Second, even if we were to consider Gomez's pretext argument on its merits, we cannot conclude that any alleged pretext rendered the dog sniff unlawful. "[I]f there is an objective legal basis for an arrest or search, the arrest or search is lawful even if the officer making the arrest or conducting the search based his or her action on the wrong ground or had an improper motive." State v. Everett, 472 N.W.2d 864, 867 (Minn. 1991) (citing Scott v. United States, 436 U.S. 128 (1978)). While "fabricated pretexts" may be unlawful on a case-by-case basis, "'legal' pretext-i.e., activities which can be legally justified if the actual reason for the conduct is put aside-consistently pass constitutional muster." Id. Thus, while Trooper Otterson needed reasonable suspicion to expand the scope of the search beyond looking for open bottles, the fact that an objective violation of the opencontainer law may have served as a pretext for an opportunity to search for drugs does not invalidate the subsequent search.

Gomez argues that Minnesota law has recognized that pretextual searches are unlawful, but he overstates the consequences of a determination that a search may have been pretextual. Gomez cites State v. Curtis, 190 N.W.2d 631, 635 (Minn. 1971), for the proposition that Minnesota courts forbid "the use of a minor traffic offense as a pretext for searches directed at unrelated offenses." But Curtis held that the pat-down search of an individual following their arrest for failing to turn without signaling was illegal because the officer did not have reasonable grounds to believe it was necessary for his own safety or to prevent an escape. 190 N.W.2d at 635-36. In other words, the search in Curtis was illegal because it lacked any requisite reasonable basis.

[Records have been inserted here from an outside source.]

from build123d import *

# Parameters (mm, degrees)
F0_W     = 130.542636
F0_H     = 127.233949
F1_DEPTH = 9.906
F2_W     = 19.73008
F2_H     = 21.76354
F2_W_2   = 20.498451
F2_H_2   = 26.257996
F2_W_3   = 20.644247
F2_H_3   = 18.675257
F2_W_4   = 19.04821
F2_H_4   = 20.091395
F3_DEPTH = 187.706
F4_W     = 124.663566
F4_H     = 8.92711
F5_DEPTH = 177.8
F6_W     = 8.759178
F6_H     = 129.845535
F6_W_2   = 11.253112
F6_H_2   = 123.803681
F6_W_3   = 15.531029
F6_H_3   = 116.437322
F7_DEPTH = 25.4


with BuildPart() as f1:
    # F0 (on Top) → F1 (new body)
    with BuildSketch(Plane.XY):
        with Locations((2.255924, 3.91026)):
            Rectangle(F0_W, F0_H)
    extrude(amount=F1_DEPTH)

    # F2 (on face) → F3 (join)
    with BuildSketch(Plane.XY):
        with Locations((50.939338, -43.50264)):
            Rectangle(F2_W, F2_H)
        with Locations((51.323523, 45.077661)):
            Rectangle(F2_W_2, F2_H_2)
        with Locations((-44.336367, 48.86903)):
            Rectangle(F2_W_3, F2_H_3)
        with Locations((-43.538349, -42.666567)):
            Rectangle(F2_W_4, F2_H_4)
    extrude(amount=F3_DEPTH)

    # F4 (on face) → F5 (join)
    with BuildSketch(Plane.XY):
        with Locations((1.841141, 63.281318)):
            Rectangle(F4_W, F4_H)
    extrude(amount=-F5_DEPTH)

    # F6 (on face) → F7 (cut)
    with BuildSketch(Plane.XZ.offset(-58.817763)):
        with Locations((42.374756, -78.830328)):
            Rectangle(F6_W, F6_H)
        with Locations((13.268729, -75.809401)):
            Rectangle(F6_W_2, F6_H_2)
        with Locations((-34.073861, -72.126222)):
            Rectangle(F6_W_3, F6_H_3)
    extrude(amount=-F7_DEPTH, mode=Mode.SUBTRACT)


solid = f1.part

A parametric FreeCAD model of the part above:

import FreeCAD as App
import Part
import Sketcher
from FreeCAD import Vector
Q = App.Units.Quantity


def add_polygon(sketch, points):
    """Adds a closed chain of lines whose ends are joined by coincident constraints."""
    first, n = sketch.GeometryCount, len(points)
    for a, b in zip(points, points[1:] + points[:1]):
        sketch.addGeometry(Part.LineSegment(App.Vector(*a, 0), App.Vector(*b, 0)), False)
    for i in range(n):
        sketch.addConstraint(Sketcher.Constraint("Coincident", first + i, 2, first + (i + 1) % n, 1))

doc = App.newDocument("Part")
params = doc.addObject("Spreadsheet::Sheet", "Params")
for row, (alias, value) in enumerate([
    ("pad1_length", "0.39 in"),
    ("sketch2_height", "0.7909998 in"),
    ("pad2_length", "7.39 in"),
    ("pad3_length", "7 in"),
    ("pocket1_length", "1 in"),
], start=1):
    params.set(f"A{row}", alias)
    params.set(f"B{row}", "=" + value)
    params.setAlias(f"B{row}", alias)

body = doc.addObject("PartDesign::Body", "Body")

# Sketch on XY plane
sketch1 = body.newObject("Sketcher::SketchObject", "Sketch")
sketch1.AttachmentSupport = (doc.getObject("XY_Plane"), [""])
sketch1.MapMode = "FlatFace"
add_polygon(sketch1, [(-63, 68), (-63, -60), (68, -60), (68, 68)])  # lines 0-3
sketch1.addConstraint([
    Sketcher.Constraint("Vertical", 0),
    Sketcher.Constraint("Horizontal", 1),
    Sketcher.Constraint("Vertical", 2),
    Sketcher.Constraint("Horizontal", 3),
    Sketcher.Constraint("DistanceY", 0, 2, 0, 1, 127.233949),
    Sketcher.Constraint("DistanceX", 1, 1, 1, 2, 130.542636),
    Sketcher.Constraint("DistanceX", -1, 1, 1, 2, 67.527242),
    Sketcher.Constraint("DistanceY", 0, 2, -1, 1, 59.706714),
])
pad1 = body.newObject("PartDesign::Pad", "Pad")
pad1.Profile = sketch1
pad1.setExpression("Length", "Params.pad1_length")

# Sketch on XY plane
sketch2 = body.newObject("Sketcher::SketchObject", "Sketch001")
sketch2.AttachmentSupport = (doc.getObject("XY_Plane"), [""])
sketch2.MapMode = "FlatFace"
add_polygon(sketch2, [(41, -33), (41, -54), (61, -54), (61, -33)])  # lines 0-3
add_polygon(sketch2, [(41, 58), (41, 32), (62, 32), (62, 58)])  # lines 4-7
add_polygon(sketch2, [(-55, 58), (-55, 40), (-34, 40), (-34, 58)])  # lines 8-11
add_polygon(sketch2, [(-53, -33), (-53, -53), (-34, -53), (-34, -33)])  # lines 12-15
sketch2.addConstraint([
    Sketcher.Constraint("Vertical", 0),
    Sketcher.Constraint("Horizontal", 1),
    Sketcher.Constraint("Vertical", 2),
    Sketcher.Constraint("Horizontal", 3),
    Sketcher.Constraint("Vertical", 4),
    Sketcher.Constraint("Horizontal", 5),
    Sketcher.Constraint("Vertical", 6),
    Sketcher.Constraint("Horizontal", 7),
    Sketcher.Constraint("Vertical", 8),
    Sketcher.Constraint("Horizontal", 9),
    Sketcher.Constraint("Vertical", 10),
    Sketcher.Constraint("Horizontal", 11),
    Sketcher.Constraint("Vertical", 12),
    Sketcher.Constraint("Horizontal", 13),
    Sketcher.Constraint("Vertical", 14),
    Sketcher.Constraint("Horizontal", 15),
    Sketcher.Constraint("Horizontal", 7, 2, 10, 2),
    Sketcher.Constraint("Horizontal", 3, 2, 14, 2),
    Sketcher.Constraint("Vertical", 3, 2, 4, 2),
    Sketcher.Constraint("Vertical", 10, 2, 13, 2),
    Sketcher.Constraint("DistanceY", 12, 2, 12, 1, Q("0.7909998 in")),
    Sketcher.Constraint("DistanceX", 1, 1, 1, 2, 19.73008),
    Sketcher.Constraint("DistanceX", 5, 1, 5, 2, 20.498451),
    Sketcher.Constraint("DistanceX", 13, 1, 13, 2, 19.04821),
    Sketcher.Constraint("DistanceY", 0, 2, 0, 1, 21.76354),
    Sketcher.Constraint("DistanceY", -1, 1, 8, 2, 39.531402),
    Sketcher.Constraint("DistanceX", 9, 1, 9, 2, 20.644247),
    Sketcher.Constraint("DistanceY", 4, 2, 4, 1, 26.257996),
    Sketcher.Constraint("DistanceY", 8, 2, 8, 1, 18.675257),
    Sketcher.Constraint("DistanceY", 0, 2, -1, 1, 54.38441),
    Sketcher.Constraint("DistanceX", -1, 1, 5, 2, 61.572749),
    Sketcher.Constraint("DistanceX", 8, 2, -1, 1, 54.65849),
])
sketch2.setExpression("Constraints[36]", "Params.sketch2_height")
pad2 = body.newObject("PartDesign::Pad", "Pad001")
pad2.Profile = sketch2
pad2.setExpression("Length", "Params.pad2_length")

# Sketch on XY plane
sketch3 = body.newObject("Sketcher::SketchObject", "Sketch002")
sketch3.AttachmentSupport = (doc.getObject("XY_Plane"), [""])
sketch3.MapMode = "FlatFace"
add_polygon(sketch3, [(-60, 68), (-60, 59), (64, 59), (64, 68)])  # lines 0-3
sketch3.addConstraint([
    Sketcher.Constraint("Vertical", 0),
    Sketcher.Constraint("Horizontal", 1),
    Sketcher.Constraint("Vertical", 2),
    Sketcher.Constraint("Horizontal", 3),
    Sketcher.Constraint("DistanceY", 0, 2, 0, 1, 8.92711),
    Sketcher.Constraint("DistanceX", 1, 1, 1, 2, 124.663566),
    Sketcher.Constraint("DistanceX", 0, 2, -1, 1, 60.490642),
    Sketcher.Constraint("DistanceY", -1, 1, 0, 2, 58.817763),
])
pad3 = body.newObject("PartDesign::Pad", "Pad002")
pad3.Profile = sketch3
pad3.setExpression("Length", "Params.pad3_length")
pad3.Reversed = True

# Sketch on XZ plane
sketch4 = body.newObject("Sketcher::SketchObject", "Sketch003")
sketch4.AttachmentSupport = (doc.getObject("XZ_Plane"), [""])
sketch4.MapMode = "FlatFace"
sketch4.AttachmentOffset = App.Placement(Vector(0, 0, -58.817763), App.Rotation())
add_polygon(sketch4, [(38, -14), (38, -144), (47, -144), (47, -14)])  # lines 0-3
add_polygon(sketch4, [(8, -14), (8, -138), (19, -138), (19, -14)])  # lines 4-7
add_polygon(sketch4, [(-42, -14), (-42, -130), (-26, -130), (-26, -14)])  # lines 8-11
sketch4.addConstraint([
    Sketcher.Constraint("Vertical", 0),
    Sketcher.Constraint("Horizontal", 1),
    Sketcher.Constraint("Vertical", 2),
    Sketcher.Constraint("Horizontal", 3),
    Sketcher.Constraint("Vertical", 4),
    Sketcher.Constraint("Horizontal", 5),
    Sketcher.Constraint("Vertical", 6),
    Sketcher.Constraint("Horizontal", 7),
    Sketcher.Constraint("Vertical", 8),
    Sketcher.Constraint("Horizontal", 9),
    Sketcher.Constraint("Vertical", 10),
    Sketcher.Constraint("Horizontal", 11),
    Sketcher.Constraint("Horizontal", 3, 2, 6, 2),
    Sketcher.Constraint("Horizontal", 7, 2, 10, 2),
    Sketcher.Constraint("DistanceX", 9, 1, 9, 2, 15.531029),
    Sketcher.Constraint("DistanceY", 4, 2, 4, 1, 123.803681),
    Sketcher.Constraint("DistanceX", 1, 1, 1, 2, 8.759178),
    Sketcher.Constraint("DistanceX", 5, 1, 5, 2, 11.253112),
    Sketcher.Constraint("DistanceY", 0, 2, 0, 1, 129.845535),
    Sketcher.Constraint("DistanceY", 8, 2, 8, 1, 116.437322),
    Sketcher.Constraint("DistanceY", 2, 2, -1, 1, 13.907561),
    Sketcher.Constraint("DistanceX", 5, 2, 1, 2, 27.85906),
    Sketcher.Constraint("DistanceX", 8, 2, 4, 2, 49.481549),
    Sketcher.Constraint("DistanceX", -1, 1, 0, 2, 37.995167),
])
pocket1 = body.newObject("PartDesign::Pocket", "Pocket")
pocket1.Profile = sketch4
pocket1.setExpression("Length", "Params.pocket1_length")

doc.recompute()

Similarly, in State v. Varnado, the supreme court held that a frisk following a pretextual traffic stop was illegal because the officers did not have reasonable grounds to believe the individual was threatening or suspicious. 582 N.W.2d 886, 890 (Minn. 1998). While Varnado stated "[f]or intrusions that are not based on probable cause, such as the frisk here, we have held that the pretext factor is relevant to determining whether the intrusion is reasonable," id.at 892, the court reached that conclusion in reference to the state's alternative argument that the frisk was legal as part of the standard procedure of placing someone in a squad car. Varnado does not address the role of pretext for an intrusion that requires reasonable suspicion such as where police have particularized suspicion of illegal activity.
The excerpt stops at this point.